(GIVEN RECORDS)
══════

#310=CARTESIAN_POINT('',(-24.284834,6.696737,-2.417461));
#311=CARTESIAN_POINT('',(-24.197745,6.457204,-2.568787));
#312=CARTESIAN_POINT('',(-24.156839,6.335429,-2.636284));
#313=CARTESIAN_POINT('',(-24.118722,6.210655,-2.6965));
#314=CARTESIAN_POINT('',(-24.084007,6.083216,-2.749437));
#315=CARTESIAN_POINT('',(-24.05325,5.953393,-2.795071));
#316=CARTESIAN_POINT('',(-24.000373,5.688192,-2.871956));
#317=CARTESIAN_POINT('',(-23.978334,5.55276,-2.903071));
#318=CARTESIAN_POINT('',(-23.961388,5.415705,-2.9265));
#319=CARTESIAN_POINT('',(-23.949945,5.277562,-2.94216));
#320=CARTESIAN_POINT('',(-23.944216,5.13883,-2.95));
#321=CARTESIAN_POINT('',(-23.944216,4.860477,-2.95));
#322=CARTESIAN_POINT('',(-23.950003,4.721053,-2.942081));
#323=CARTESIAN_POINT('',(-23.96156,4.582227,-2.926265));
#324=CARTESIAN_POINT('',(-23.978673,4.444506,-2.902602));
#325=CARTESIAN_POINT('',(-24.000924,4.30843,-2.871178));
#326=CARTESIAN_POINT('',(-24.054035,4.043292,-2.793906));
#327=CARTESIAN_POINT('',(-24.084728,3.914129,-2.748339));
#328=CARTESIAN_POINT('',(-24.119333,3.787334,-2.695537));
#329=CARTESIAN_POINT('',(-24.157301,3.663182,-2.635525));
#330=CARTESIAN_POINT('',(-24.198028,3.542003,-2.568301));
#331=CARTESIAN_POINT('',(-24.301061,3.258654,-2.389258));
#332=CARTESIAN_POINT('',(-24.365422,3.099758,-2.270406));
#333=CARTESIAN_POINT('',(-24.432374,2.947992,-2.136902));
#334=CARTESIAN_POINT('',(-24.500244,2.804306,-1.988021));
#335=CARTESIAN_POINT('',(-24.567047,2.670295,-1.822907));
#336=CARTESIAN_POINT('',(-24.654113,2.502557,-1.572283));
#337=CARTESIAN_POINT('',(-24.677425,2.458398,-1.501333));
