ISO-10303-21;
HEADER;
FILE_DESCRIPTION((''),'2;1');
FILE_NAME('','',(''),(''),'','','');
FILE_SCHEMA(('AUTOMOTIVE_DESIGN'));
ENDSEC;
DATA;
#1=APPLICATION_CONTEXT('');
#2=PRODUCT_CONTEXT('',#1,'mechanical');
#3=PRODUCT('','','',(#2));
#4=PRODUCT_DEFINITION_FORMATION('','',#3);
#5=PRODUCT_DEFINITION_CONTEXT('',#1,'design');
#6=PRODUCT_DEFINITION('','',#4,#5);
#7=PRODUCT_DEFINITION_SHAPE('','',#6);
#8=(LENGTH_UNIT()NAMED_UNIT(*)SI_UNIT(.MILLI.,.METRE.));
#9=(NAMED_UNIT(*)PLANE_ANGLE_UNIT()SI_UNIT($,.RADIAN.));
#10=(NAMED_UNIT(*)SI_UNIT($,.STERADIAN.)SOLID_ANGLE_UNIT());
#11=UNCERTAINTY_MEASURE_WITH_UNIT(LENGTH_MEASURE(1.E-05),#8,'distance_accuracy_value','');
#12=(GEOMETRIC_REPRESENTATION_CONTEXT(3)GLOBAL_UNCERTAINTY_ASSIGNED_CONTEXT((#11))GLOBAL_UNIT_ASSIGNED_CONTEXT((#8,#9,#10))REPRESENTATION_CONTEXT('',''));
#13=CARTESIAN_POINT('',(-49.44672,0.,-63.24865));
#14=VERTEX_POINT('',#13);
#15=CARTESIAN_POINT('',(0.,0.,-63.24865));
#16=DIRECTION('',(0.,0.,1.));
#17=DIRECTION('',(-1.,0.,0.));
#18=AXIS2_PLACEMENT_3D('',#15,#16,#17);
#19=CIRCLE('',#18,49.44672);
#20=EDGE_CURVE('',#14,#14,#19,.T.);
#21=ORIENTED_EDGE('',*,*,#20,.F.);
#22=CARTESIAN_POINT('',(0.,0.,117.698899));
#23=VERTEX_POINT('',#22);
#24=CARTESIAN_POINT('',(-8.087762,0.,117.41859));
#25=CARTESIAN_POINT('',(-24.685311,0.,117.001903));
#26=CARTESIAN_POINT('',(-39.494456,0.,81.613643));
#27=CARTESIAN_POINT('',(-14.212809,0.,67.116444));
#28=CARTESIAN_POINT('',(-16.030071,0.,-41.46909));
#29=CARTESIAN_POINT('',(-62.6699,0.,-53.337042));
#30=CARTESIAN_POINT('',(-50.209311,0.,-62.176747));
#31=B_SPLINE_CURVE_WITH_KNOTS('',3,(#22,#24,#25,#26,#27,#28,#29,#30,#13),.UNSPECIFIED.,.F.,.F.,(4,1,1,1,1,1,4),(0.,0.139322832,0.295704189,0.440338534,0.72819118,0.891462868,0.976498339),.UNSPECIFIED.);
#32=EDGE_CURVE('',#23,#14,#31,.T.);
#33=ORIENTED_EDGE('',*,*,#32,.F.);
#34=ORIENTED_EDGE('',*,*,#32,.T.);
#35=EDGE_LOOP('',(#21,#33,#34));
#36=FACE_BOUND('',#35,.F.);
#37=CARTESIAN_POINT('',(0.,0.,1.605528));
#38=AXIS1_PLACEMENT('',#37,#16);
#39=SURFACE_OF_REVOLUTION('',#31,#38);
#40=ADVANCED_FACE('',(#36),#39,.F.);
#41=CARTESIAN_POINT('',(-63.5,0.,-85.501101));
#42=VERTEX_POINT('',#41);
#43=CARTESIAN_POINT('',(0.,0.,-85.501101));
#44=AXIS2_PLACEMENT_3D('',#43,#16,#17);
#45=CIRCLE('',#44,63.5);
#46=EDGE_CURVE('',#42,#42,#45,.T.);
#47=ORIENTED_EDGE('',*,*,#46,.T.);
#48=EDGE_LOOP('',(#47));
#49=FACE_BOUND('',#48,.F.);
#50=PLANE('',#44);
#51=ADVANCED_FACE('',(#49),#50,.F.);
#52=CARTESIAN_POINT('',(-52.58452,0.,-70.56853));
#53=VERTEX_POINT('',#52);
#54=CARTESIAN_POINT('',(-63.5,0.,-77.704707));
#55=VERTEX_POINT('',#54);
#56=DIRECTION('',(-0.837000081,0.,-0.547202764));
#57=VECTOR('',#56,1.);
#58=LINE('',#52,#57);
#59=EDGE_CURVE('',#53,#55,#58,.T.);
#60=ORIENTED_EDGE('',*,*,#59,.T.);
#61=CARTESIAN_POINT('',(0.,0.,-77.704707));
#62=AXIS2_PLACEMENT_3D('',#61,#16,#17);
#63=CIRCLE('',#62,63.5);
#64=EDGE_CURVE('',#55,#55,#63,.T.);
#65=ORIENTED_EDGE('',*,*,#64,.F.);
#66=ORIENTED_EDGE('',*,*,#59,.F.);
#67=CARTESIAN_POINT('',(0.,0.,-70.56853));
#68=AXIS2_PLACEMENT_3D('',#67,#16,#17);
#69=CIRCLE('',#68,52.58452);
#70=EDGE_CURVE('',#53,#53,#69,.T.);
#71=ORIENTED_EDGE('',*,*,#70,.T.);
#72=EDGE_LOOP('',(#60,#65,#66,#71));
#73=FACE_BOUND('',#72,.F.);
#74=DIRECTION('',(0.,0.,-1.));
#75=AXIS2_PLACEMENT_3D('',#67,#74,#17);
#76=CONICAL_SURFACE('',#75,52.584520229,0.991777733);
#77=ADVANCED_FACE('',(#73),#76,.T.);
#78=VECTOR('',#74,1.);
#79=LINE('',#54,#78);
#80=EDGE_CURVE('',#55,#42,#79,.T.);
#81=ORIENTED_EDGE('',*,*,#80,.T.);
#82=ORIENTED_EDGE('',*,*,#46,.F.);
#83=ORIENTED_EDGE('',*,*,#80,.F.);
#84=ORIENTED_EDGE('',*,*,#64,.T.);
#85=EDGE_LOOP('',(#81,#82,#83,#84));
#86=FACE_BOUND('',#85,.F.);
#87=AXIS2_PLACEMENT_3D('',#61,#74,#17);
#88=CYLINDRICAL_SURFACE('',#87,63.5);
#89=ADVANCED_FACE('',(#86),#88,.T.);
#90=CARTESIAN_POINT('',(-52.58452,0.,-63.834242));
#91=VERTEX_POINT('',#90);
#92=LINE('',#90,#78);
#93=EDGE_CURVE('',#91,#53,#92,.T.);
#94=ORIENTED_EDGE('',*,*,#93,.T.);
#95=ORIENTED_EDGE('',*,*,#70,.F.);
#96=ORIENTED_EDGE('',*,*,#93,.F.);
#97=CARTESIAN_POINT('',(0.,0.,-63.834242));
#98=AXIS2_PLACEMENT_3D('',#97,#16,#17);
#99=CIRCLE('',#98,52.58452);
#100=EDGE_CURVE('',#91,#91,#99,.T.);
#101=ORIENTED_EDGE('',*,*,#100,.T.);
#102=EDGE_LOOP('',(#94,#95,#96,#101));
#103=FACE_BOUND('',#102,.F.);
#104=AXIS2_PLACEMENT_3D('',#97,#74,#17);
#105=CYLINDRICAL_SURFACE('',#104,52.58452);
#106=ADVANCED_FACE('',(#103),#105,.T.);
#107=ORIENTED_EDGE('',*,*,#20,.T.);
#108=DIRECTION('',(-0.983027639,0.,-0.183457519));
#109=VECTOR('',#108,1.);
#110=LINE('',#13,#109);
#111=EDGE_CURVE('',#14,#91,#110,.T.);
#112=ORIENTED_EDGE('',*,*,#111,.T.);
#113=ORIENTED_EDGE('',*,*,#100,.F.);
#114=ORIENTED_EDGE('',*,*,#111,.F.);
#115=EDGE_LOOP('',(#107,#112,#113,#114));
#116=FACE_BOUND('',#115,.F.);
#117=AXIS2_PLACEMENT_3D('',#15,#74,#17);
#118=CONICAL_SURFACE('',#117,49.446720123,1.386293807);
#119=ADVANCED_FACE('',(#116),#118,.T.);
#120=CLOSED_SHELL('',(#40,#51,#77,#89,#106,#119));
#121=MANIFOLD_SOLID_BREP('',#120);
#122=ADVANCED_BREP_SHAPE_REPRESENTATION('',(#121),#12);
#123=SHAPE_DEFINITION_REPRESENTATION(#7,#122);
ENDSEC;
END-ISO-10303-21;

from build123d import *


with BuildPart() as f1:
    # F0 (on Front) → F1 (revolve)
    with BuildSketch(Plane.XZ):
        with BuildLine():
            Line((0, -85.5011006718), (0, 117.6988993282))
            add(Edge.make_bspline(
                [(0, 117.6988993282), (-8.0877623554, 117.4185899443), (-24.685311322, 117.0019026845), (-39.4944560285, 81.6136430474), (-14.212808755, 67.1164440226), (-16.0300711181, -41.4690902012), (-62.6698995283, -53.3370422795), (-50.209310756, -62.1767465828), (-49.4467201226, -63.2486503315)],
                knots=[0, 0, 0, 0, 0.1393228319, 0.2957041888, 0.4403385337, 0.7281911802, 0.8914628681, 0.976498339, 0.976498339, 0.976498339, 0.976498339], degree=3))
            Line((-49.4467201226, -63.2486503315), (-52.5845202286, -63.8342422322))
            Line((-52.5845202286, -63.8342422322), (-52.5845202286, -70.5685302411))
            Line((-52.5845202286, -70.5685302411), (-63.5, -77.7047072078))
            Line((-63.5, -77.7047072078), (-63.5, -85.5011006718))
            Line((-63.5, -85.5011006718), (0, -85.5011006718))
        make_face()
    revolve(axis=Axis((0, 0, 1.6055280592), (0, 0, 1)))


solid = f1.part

══════

(EXERCISE BRIEF) Set down, exactly as they stand above, the lines starting with the line with "#334=CARTESIAN_POINT('',(-24.500244,2.804306,-1.988021));" and going on through the line with "#1=APPLICATION_CONTEXT('');", and no others.

(ANSWER AREA)
#334=CARTESIAN_POINT('',(-24.500244,2.804306,-1.988021));
#335=CARTESIAN_POINT('',(-24.567047,2.670295,-1.822907));
#336=CARTESIAN_POINT('',(-24.654113,2.502557,-1.572283));
#337=CARTESIAN_POINT('',(-24.677425,2.458398,-1.501333));
ISO-10303-21;
HEADER;
FILE_DESCRIPTION((''),'2;1');
FILE_NAME('','',(''),(''),'','','');
FILE_SCHEMA(('AUTOMOTIVE_DESIGN'));
ENDSEC;
DATA;
#1=APPLICATION_CONTEXT('');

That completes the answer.